### Task
From the line with "#30=ORIENTED_EDGE('',*,*,#29,.F.);" through the line with "#82=EDGE_LOOP('',(#81));", inclusive, return each line of the data below exactly and leave the rest out.

· · ·

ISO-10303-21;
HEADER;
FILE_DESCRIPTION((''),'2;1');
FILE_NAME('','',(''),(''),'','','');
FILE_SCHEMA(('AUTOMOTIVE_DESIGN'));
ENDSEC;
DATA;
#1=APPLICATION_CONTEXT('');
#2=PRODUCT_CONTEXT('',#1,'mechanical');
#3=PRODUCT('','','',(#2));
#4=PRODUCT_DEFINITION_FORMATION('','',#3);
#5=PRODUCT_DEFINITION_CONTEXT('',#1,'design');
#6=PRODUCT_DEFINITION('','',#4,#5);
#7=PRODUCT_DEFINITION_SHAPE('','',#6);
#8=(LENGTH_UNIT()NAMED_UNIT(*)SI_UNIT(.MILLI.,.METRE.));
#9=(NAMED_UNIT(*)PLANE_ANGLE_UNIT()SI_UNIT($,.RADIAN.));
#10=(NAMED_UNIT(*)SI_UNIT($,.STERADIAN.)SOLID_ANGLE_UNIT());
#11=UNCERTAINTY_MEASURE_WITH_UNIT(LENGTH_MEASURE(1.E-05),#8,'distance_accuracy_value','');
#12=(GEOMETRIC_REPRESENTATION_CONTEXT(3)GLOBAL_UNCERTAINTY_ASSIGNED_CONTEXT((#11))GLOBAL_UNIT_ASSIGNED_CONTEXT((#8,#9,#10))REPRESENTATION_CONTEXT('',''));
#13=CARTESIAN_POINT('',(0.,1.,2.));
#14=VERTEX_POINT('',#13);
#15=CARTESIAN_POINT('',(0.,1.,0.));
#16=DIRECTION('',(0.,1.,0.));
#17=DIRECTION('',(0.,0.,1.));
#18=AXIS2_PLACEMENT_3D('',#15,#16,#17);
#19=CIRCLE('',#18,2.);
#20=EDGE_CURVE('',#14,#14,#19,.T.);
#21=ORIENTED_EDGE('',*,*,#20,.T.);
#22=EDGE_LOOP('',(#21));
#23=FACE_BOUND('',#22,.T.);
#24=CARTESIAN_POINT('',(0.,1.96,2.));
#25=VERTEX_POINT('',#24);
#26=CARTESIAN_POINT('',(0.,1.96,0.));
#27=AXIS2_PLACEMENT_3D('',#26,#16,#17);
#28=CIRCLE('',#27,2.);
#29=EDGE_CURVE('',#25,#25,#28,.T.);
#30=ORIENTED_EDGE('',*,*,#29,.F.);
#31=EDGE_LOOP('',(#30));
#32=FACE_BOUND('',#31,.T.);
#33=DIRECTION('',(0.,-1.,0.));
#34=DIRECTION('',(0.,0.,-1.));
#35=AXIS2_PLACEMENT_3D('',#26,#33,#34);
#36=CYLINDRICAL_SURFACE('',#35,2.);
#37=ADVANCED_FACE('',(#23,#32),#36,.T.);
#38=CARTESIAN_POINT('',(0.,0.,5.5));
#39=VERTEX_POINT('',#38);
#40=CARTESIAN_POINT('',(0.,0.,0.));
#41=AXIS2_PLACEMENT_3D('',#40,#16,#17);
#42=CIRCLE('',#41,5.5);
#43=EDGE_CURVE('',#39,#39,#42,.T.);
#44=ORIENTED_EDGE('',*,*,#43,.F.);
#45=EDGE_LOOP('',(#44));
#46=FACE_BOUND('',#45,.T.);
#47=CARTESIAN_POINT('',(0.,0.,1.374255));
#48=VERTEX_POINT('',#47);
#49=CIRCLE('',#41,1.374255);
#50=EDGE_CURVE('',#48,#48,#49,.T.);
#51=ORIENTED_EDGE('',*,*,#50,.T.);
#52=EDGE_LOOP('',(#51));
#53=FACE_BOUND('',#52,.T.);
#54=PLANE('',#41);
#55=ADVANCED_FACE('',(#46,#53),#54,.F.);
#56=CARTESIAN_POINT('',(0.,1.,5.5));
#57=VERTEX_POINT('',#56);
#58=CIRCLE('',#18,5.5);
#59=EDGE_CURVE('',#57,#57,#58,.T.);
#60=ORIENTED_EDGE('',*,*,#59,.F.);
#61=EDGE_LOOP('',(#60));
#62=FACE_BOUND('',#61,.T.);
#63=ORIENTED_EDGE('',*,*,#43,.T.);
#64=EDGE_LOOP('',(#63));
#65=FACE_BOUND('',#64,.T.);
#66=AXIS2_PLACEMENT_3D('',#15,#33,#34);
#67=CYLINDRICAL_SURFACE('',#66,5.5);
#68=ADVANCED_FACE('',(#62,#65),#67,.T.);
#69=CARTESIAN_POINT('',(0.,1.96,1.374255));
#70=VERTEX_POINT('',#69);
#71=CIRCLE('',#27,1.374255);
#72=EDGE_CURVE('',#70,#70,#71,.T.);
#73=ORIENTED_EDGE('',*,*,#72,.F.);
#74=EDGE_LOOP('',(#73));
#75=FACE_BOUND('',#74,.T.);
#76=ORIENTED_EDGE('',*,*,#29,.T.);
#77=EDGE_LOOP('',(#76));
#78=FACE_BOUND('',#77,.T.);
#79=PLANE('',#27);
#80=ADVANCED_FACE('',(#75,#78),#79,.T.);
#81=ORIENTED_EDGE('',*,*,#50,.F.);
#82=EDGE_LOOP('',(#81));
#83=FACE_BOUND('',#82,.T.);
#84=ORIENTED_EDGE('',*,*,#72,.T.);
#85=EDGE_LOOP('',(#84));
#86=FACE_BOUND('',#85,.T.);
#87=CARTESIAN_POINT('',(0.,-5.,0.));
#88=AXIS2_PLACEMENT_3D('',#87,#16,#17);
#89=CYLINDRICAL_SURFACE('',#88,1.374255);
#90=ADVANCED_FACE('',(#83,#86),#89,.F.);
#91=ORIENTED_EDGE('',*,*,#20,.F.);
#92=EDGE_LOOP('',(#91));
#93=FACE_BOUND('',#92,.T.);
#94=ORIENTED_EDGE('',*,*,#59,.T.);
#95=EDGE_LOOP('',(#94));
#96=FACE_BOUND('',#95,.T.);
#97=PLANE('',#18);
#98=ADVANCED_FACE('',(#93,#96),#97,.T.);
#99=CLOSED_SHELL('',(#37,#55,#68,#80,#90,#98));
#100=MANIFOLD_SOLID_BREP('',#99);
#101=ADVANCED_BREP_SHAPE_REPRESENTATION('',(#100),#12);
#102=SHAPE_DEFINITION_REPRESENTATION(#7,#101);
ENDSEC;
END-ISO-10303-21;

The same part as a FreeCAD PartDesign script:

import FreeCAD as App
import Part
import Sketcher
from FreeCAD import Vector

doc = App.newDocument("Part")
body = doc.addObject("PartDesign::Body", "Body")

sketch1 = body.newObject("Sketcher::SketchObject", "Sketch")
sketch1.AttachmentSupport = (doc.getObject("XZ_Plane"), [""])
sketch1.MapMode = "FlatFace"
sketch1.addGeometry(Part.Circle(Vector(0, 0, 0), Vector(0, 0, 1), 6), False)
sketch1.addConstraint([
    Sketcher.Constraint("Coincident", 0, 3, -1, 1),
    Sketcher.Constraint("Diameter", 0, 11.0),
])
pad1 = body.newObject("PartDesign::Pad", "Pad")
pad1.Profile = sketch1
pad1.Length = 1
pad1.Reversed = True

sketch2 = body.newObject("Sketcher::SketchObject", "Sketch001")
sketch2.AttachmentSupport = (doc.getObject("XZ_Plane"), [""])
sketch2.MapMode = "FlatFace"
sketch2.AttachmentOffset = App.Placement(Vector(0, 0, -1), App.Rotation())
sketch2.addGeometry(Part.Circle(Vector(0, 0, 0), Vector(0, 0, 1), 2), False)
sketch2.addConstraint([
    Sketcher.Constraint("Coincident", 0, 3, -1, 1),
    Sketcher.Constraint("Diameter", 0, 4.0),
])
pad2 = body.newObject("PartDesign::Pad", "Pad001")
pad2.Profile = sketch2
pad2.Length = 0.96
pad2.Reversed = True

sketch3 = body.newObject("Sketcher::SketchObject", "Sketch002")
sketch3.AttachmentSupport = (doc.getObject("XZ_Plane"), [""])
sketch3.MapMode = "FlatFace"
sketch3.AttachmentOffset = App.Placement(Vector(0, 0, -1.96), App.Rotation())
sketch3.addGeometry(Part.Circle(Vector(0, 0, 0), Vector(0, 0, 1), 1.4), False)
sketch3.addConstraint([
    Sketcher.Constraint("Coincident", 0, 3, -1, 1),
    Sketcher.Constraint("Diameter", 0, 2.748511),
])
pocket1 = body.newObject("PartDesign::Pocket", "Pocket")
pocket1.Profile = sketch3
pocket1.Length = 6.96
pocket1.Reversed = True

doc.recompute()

· · ·

### Response below
#30=ORIENTED_EDGE('',*,*,#29,.F.);
#31=EDGE_LOOP('',(#30));
#32=FACE_BOUND('',#31,.T.);
#33=DIRECTION('',(0.,-1.,0.));
#34=DIRECTION('',(0.,0.,-1.));
#35=AXIS2_PLACEMENT_3D('',#26,#33,#34);
#36=CYLINDRICAL_SURFACE('',#35,2.);
#37=ADVANCED_FACE('',(#23,#32),#36,.T.);
#38=CARTESIAN_POINT('',(0.,0.,5.5));
#39=VERTEX_POINT('',#38);
#40=CARTESIAN_POINT('',(0.,0.,0.));
#41=AXIS2_PLACEMENT_3D('',#40,#16,#17);
#42=CIRCLE('',#41,5.5);
#43=EDGE_CURVE('',#39,#39,#42,.T.);
#44=ORIENTED_EDGE('',*,*,#43,.F.);
#45=EDGE_LOOP('',(#44));
#46=FACE_BOUND('',#45,.T.);
#47=CARTESIAN_POINT('',(0.,0.,1.374255));
#48=VERTEX_POINT('',#47);
#49=CIRCLE('',#41,1.374255);
#50=EDGE_CURVE('',#48,#48,#49,.T.);
#51=ORIENTED_EDGE('',*,*,#50,.T.);
#52=EDGE_LOOP('',(#51));
#53=FACE_BOUND('',#52,.T.);
#54=PLANE('',#41);
#55=ADVANCED_FACE('',(#46,#53),#54,.F.);
#56=CARTESIAN_POINT('',(0.,1.,5.5));
#57=VERTEX_POINT('',#56);
#58=CIRCLE('',#18,5.5);
#59=EDGE_CURVE('',#57,#57,#58,.T.);
#60=ORIENTED_EDGE('',*,*,#59,.F.);
#61=EDGE_LOOP('',(#60));
#62=FACE_BOUND('',#61,.T.);
#63=ORIENTED_EDGE('',*,*,#43,.T.);
#64=EDGE_LOOP('',(#63));
#65=FACE_BOUND('',#64,.T.);
#66=AXIS2_PLACEMENT_3D('',#15,#33,#34);
#67=CYLINDRICAL_SURFACE('',#66,5.5);
#68=ADVANCED_FACE('',(#62,#65),#67,.T.);
#69=CARTESIAN_POINT('',(0.,1.96,1.374255));
#70=VERTEX_POINT('',#69);
#71=CIRCLE('',#27,1.374255);
#72=EDGE_CURVE('',#70,#70,#71,.T.);
#73=ORIENTED_EDGE('',*,*,#72,.F.);
#74=EDGE_LOOP('',(#73));
#75=FACE_BOUND('',#74,.T.);
#76=ORIENTED_EDGE('',*,*,#29,.T.);
#77=EDGE_LOOP('',(#76));
#78=FACE_BOUND('',#77,.T.);
#79=PLANE('',#27);
#80=ADVANCED_FACE('',(#75,#78),#79,.T.);
#81=ORIENTED_EDGE('',*,*,#50,.F.);
#82=EDGE_LOOP('',(#81));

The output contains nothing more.